Now that we have identified all true pallial divisions and their possible mode of development, we can perform a topological analysis of the zebrafish pallium. We propose a new developmental model of the teleostean pallial eversion (fig. 7A) characterized by three main morphogenetic processes. First, the posterior (Dp) zone is the result of a radial migration across the entire pallium (fig. 7A1) as previously suggested (Wullimann and Mueller, 2004). Second, the central (Dc) zone including its proliferative matrix invaginates during development (fig. 7A2). Third, the lateral (Dl) zone subsequently overgrows the central (Dc) zone in a medially oriented protrusion (fig. 7A4). According to our model, the dorsal (Dd) zone is not present in zebrafish, and might not be a histogenetic unit in other teleosts. The dorsal (Dd) zone in other teleosts may be, as the sulcus ypsiloniformis (Y) in zebrafish, a corollary of the morphogenetic movements during the complex eversion process.

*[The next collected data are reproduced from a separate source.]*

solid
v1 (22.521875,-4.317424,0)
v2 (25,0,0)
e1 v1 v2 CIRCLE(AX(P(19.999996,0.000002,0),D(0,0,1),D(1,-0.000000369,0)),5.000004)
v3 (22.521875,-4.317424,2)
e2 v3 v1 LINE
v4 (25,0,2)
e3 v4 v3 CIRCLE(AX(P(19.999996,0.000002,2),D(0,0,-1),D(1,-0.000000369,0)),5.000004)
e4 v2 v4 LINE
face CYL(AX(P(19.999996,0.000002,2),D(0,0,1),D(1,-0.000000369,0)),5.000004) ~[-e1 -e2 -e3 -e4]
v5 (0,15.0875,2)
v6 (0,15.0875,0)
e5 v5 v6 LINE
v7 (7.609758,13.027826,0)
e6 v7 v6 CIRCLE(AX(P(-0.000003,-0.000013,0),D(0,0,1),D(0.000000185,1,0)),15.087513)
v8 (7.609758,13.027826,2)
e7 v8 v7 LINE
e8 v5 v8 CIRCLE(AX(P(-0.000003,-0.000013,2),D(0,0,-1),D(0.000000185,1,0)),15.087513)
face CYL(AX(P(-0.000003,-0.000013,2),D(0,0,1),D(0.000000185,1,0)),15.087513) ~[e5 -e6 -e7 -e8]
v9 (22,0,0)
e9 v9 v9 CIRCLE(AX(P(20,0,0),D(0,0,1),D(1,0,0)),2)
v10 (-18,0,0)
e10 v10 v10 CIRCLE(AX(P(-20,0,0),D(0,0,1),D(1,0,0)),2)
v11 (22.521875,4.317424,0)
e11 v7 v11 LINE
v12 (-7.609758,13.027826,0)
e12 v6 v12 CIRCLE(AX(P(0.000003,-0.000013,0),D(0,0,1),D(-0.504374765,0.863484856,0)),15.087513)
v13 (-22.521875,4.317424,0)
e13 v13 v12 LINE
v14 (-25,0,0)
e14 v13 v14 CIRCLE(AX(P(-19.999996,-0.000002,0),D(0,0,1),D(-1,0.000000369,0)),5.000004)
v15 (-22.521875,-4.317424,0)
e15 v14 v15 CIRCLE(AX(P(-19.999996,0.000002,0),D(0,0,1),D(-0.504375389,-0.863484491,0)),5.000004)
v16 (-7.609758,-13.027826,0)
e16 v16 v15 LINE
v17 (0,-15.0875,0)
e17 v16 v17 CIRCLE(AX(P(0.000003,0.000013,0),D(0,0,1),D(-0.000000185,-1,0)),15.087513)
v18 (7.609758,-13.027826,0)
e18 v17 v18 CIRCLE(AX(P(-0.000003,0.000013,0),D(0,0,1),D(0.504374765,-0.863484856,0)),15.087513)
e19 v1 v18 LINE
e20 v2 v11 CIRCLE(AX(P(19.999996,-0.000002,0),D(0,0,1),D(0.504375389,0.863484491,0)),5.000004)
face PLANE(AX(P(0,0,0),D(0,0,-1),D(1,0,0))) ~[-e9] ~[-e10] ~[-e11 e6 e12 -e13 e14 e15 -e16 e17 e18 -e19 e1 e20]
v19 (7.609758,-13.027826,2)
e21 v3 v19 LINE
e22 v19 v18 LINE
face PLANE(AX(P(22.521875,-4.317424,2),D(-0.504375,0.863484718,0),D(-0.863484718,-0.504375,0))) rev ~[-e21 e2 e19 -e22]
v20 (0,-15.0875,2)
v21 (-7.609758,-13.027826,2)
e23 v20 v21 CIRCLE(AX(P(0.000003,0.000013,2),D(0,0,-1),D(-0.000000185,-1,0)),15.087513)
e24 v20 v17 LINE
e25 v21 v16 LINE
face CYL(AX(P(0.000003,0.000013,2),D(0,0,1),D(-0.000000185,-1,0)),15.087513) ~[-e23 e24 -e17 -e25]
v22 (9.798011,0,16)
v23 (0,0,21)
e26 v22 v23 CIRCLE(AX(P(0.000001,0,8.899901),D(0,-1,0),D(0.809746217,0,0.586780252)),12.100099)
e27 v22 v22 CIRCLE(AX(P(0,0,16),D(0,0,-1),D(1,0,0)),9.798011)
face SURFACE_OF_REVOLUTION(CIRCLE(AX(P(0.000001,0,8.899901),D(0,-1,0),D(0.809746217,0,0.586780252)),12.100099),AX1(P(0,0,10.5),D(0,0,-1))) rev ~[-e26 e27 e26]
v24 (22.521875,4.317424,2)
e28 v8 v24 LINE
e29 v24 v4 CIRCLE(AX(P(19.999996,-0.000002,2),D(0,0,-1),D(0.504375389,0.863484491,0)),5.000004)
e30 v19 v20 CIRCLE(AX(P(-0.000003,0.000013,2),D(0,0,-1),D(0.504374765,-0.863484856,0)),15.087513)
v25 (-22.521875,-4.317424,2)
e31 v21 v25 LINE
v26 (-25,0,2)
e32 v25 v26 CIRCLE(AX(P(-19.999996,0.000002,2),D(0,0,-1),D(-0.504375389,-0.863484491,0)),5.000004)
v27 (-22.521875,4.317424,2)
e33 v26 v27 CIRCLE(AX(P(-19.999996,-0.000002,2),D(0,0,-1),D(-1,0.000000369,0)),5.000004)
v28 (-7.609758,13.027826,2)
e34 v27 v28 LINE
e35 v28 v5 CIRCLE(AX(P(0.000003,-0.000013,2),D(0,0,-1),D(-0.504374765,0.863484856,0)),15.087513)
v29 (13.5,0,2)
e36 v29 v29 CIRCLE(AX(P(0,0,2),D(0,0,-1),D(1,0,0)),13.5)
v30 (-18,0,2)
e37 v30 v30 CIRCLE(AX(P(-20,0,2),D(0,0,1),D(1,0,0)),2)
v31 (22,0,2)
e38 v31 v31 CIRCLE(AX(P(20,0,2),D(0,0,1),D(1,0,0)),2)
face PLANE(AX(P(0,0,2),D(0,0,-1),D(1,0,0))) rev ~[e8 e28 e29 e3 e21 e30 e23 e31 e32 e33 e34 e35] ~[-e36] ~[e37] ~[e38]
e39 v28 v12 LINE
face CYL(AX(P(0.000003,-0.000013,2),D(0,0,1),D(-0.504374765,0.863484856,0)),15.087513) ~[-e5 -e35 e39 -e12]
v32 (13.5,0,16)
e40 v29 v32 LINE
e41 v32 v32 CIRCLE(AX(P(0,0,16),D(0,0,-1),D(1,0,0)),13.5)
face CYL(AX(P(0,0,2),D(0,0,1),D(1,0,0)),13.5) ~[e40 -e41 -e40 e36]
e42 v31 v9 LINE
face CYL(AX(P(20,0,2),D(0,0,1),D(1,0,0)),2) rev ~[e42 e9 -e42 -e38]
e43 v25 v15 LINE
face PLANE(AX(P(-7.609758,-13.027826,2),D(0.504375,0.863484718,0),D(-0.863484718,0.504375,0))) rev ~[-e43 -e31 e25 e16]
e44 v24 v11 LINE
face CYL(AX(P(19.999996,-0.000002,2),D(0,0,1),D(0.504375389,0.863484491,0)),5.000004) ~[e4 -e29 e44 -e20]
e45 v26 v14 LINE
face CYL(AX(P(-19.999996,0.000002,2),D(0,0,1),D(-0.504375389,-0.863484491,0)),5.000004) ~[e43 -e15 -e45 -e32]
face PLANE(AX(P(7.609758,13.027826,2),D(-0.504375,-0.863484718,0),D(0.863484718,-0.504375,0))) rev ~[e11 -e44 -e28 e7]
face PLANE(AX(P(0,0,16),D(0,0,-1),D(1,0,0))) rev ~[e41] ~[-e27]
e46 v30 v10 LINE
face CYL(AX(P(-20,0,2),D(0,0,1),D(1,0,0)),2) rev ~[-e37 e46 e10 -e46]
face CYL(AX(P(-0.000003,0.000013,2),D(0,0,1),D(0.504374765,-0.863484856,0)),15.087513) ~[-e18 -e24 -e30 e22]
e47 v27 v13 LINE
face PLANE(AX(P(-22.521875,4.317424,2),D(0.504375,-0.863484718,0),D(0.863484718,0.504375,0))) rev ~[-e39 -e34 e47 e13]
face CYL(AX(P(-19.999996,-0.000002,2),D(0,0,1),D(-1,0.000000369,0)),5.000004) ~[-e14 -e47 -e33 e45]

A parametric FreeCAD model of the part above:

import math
import FreeCAD as App
import Part
import Sketcher
from FreeCAD import Vector
Q = App.Units.Quantity

doc = App.newDocument("Part")
params = doc.addObject("Spreadsheet::Sheet", "Params")
for row, (alias, value) in enumerate([
    ("sketch1_width", "25 mm"),
    ("sketch1_height", "21 mm"),
    ("sketch1_height2", "2 mm"),
    ("sketch1_height3", "14 mm"),
    ("sketch1_width2", "11.5 mm"),
    ("revolution_angle", "360 deg"),
    ("sketch2_diameter", "4 mm"),
], start=1):
    params.set(f"A{row}", alias)
    params.set(f"B{row}", "=" + value)
    params.setAlias(f"B{row}", alias)

body = doc.addObject("PartDesign::Body", "Body")

# Sketch on XZ plane
sketch1 = body.newObject("Sketcher::SketchObject", "Sketch")
sketch1.AttachmentSupport = (doc.getObject("XZ_Plane"), [""])
sketch1.MapMode = "FlatFace"
sketch1.addGeometry([
    Part.LineSegment(Vector(13.5, 16, 0), Vector(9.8, 16, 0)),  # 0
    Part.ArcOfCircle(Part.Circle(Vector(0, 8.9, 0), Vector(0, 0, 1), 12.1), math.radians(36), math.radians(90)),  # 1
    Part.LineSegment(Vector(0, 21, 0), Vector(0, 0, 0)),  # 2
    Part.LineSegment(Vector(0, 0, 0), Vector(25, 0, 0)),  # 3
    Part.LineSegment(Vector(25, 0, 0), Vector(25, 2, 0)),  # 4
    Part.LineSegment(Vector(25, 2, 0), Vector(13.5, 2, 0)),  # 5
    Part.LineSegment(Vector(13.5, 2, 0), Vector(13.5, 16, 0)),  # 6
], False)
sketch1.addConstraint([
    Sketcher.Constraint("Coincident", 0, 2, 1, 1),
    Sketcher.Constraint("Coincident", 1, 2, 2, 1),
    Sketcher.Constraint("Coincident", 2, 2, 3, 1),
    Sketcher.Constraint("Coincident", 3, 2, 4, 1),
    Sketcher.Constraint("Coincident", 4, 2, 5, 1),
    Sketcher.Constraint("Coincident", 5, 2, 6, 1),
    Sketcher.Constraint("Coincident", 6, 2, 0, 1),
    Sketcher.Constraint("Horizontal", 0),
    Sketcher.Constraint("Vertical", 2),
    Sketcher.Constraint("Horizontal", 3),
    Sketcher.Constraint("Vertical", 4),
    Sketcher.Constraint("Horizontal", 5),
    Sketcher.Constraint("Vertical", 6),
    Sketcher.Constraint("Coincident", 2, 2, -1, 1),
    Sketcher.Constraint("PointOnObject", 1, 3, -2),
    Sketcher.Constraint("DistanceX", 3, 1, 3, 2, Q("25 mm")),
    Sketcher.Constraint("DistanceY", 2, 2, 2, 1, Q("21 mm")),
    Sketcher.Constraint("DistanceY", 4, 1, 4, 2, Q("2 mm")),
    Sketcher.Constraint("DistanceY", 6, 1, 6, 2, Q("14 mm")),
    Sketcher.Constraint("DistanceX", 5, 2, 5, 1, Q("11.5 mm")),
    Sketcher.Constraint("Radius", 1, Q("12.100099 mm")),
])
sketch1.setExpression("Constraints[15]", "Params.sketch1_width")
sketch1.setExpression("Constraints[16]", "Params.sketch1_height")
sketch1.setExpression("Constraints[17]", "Params.sketch1_height2")
sketch1.setExpression("Constraints[18]", "Params.sketch1_height3")
sketch1.setExpression("Constraints[19]", "Params.sketch1_width2")
revolution = body.newObject("PartDesign::Revolution", "Revolution")
revolution.Profile = sketch1
revolution.ReferenceAxis = (sketch1, ["V_Axis"])
revolution.setExpression("Angle", "Params.revolution_angle")

# Sketch on XY plane
sketch2 = body.newObject("Sketcher::SketchObject", "Sketch001")
sketch2.AttachmentSupport = (doc.getObject("XY_Plane"), [""])
sketch2.MapMode = "FlatFace"
sketch2.AttachmentOffset = App.Placement(Vector(0, 0, 2), App.Rotation())
sketch2.addGeometry([
    Part.Circle(Vector(0, 0, 0), Vector(0, 0, 1), 29.922306),  # 0
    Part.ArcOfCircle(Part.Circle(Vector(-19.999996, 0.000002, 0), Vector(0, 0, 1), 5.000004), math.radians(-179.999979), math.radians(-120.289898)),  # 1
    Part.ArcOfCircle(Part.Circle(Vector(-19.999996, -0.000002, 0), Vector(0, 0, 1), 5.000004), math.radians(120.289898), math.radians(179.999979)),  # 2
    Part.LineSegment(Vector(-22.521875, 4.317424, 0), Vector(-7.609758, 13.027826, 0)),  # 3
    Part.ArcOfCircle(Part.Circle(Vector(0.000003, -0.000013, 0), Vector(0, 0, 1), 15.087513), math.radians(90.000011), math.radians(120.289857)),  # 4
    Part.ArcOfCircle(Part.Circle(Vector(-0.000003, -0.000013, 0), Vector(0, 0, 1), 15.087513), math.radians(59.710143), math.radians(89.999989)),  # 5
    Part.LineSegment(Vector(7.609758, 13.027826, 0), Vector(22.521875, 4.317424, 0)),  # 6
    Part.ArcOfCircle(Part.Circle(Vector(19.999996, -0.000002, 0), Vector(0, 0, 1), 5.000004), math.radians(0.000021), math.radians(59.710102)),  # 7
    Part.ArcOfCircle(Part.Circle(Vector(19.999996, 0.000002, 0), Vector(0, 0, 1), 5.000004), math.radians(-59.710102), math.radians(-0.000021)),  # 8
    Part.LineSegment(Vector(22.521875, -4.317424, 0), Vector(7.609758, -13.027826, 0)),  # 9
    Part.ArcOfCircle(Part.Circle(Vector(-0.000003, 0.000013, 0), Vector(0, 0, 1), 15.087513), math.radians(-89.999989), math.radians(-59.710143)),  # 10
    Part.ArcOfCircle(Part.Circle(Vector(0.000003, 0.000013, 0), Vector(0, 0, 1), 15.087513), math.radians(-120.289857), math.radians(-90.000011)),  # 11
    Part.LineSegment(Vector(-7.609758, -13.027826, 0), Vector(-22.521875, -4.317424, 0)),  # 12
    Part.Circle(Vector(-20, 0, 0), Vector(0, 0, 1), 2),  # 13
    Part.Circle(Vector(20, 0, 0), Vector(0, 0, 1), 2),  # 14
], False)
sketch2.addConstraint([
    Sketcher.Constraint("Tangent", 1, 1, 2, 2),
    Sketcher.Constraint("Tangent", 2, 1, 3, 1),
    Sketcher.Constraint("Tangent", 3, 2, 4, 2),
    Sketcher.Constraint("Tangent", 4, 1, 5, 2),
    Sketcher.Constraint("Tangent", 5, 1, 6, 1),
    Sketcher.Constraint("Tangent", 6, 2, 7, 2),
    Sketcher.Constraint("Tangent", 7, 1, 8, 2),
    Sketcher.Constraint("Tangent", 8, 1, 9, 1),
    Sketcher.Constraint("Tangent", 9, 2, 10, 2),
    Sketcher.Constraint("Tangent", 10, 1, 11, 2),
    Sketcher.Constraint("Tangent", 11, 1, 12, 1),
    Sketcher.Constraint("Tangent", 12, 2, 1, 2),
    Sketcher.Constraint("Coincident", 0, 3, -1, 1),
    Sketcher.Constraint("Coincident", 13, 3, 1, 3),
    Sketcher.Constraint("Coincident", 14, 3, 7, 3),
    Sketcher.Constraint("Equal", 1, 2),
    Sketcher.Constraint("Equal", 4, 5),
    Sketcher.Constraint("Equal", 2, 7),
    Sketcher.Constraint("Equal", 7, 8),
    Sketcher.Constraint("Equal", 5, 10),
    Sketcher.Constraint("Equal", 10, 11),
    Sketcher.Constraint("Equal", 13, 14),
    Sketcher.Constraint("Symmetric", 1, 3, 7, 3, -1, 1),
    Sketcher.Constraint("Symmetric", 4, 3, 10, 3, -1, 1),
    Sketcher.Constraint("Symmetric", 3, 2, 5, 1, -2),
    Sketcher.Constraint("PointOnObject", 1, 1, -1),
    Sketcher.Constraint("PointOnObject", 4, 1, -2),
    Sketcher.Constraint("PointOnObject", 7, 1, -1),
    Sketcher.Constraint("PointOnObject", 10, 1, -2),
    Sketcher.Constraint("Diameter", 13, Q("4 mm")),
    Sketcher.Constraint("DistanceX", 13, 3, -1, 1, Q("20 mm")),
    Sketcher.Constraint("DistanceX", 1, 1, -1, 1, Q("25 mm")),
    Sketcher.Constraint("Diameter", 0, Q("59.844612 mm")),
    Sketcher.Constraint("Radius", 4, Q("15.087513 mm")),
    Sketcher.Constraint("DistanceY", -1, 1, 4, 1, Q("15.0875 mm")),
])
sketch2.setExpression("Constraints[29]", "Params.sketch2_diameter")
pocket1 = body.newObject("PartDesign::Pocket", "Pocket")
pocket1.Profile = sketch2
pocket1.Type = "ThroughAll"

doc.recompute()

If we now topologically compare the teleostean telencephalon with the mouse model (fig. 1; fig. 7A-C), we conclude that the medial (Dm) zone corresponds to the ventral pallium (VP), the posterior (Dp) zone to the lateral pallium (LP), the central (Dc) zone to the dorsal (pallium) and the lateral (Dl) zone to the medial pallium (MP).

3. Discussion

In this study, we identify in zebrafish the dorsal pallial division, which topologically corresponds to the dorsal pallium of other jawed vertebrates, including the isocortex of mammals. The teleostean dorsal pallial division has been overlooked because of its obscured development. For the first time, we establish the central (Dc) zone as a histogenetic unit, one that includes its own germinative field of origin in the dorsal proliferative matrix. We hypothesize, that Dc's location at the center is the result of an invagination process caused by the protruding medial (Dm) and lateral (Dl) zones during development (fig. 7A).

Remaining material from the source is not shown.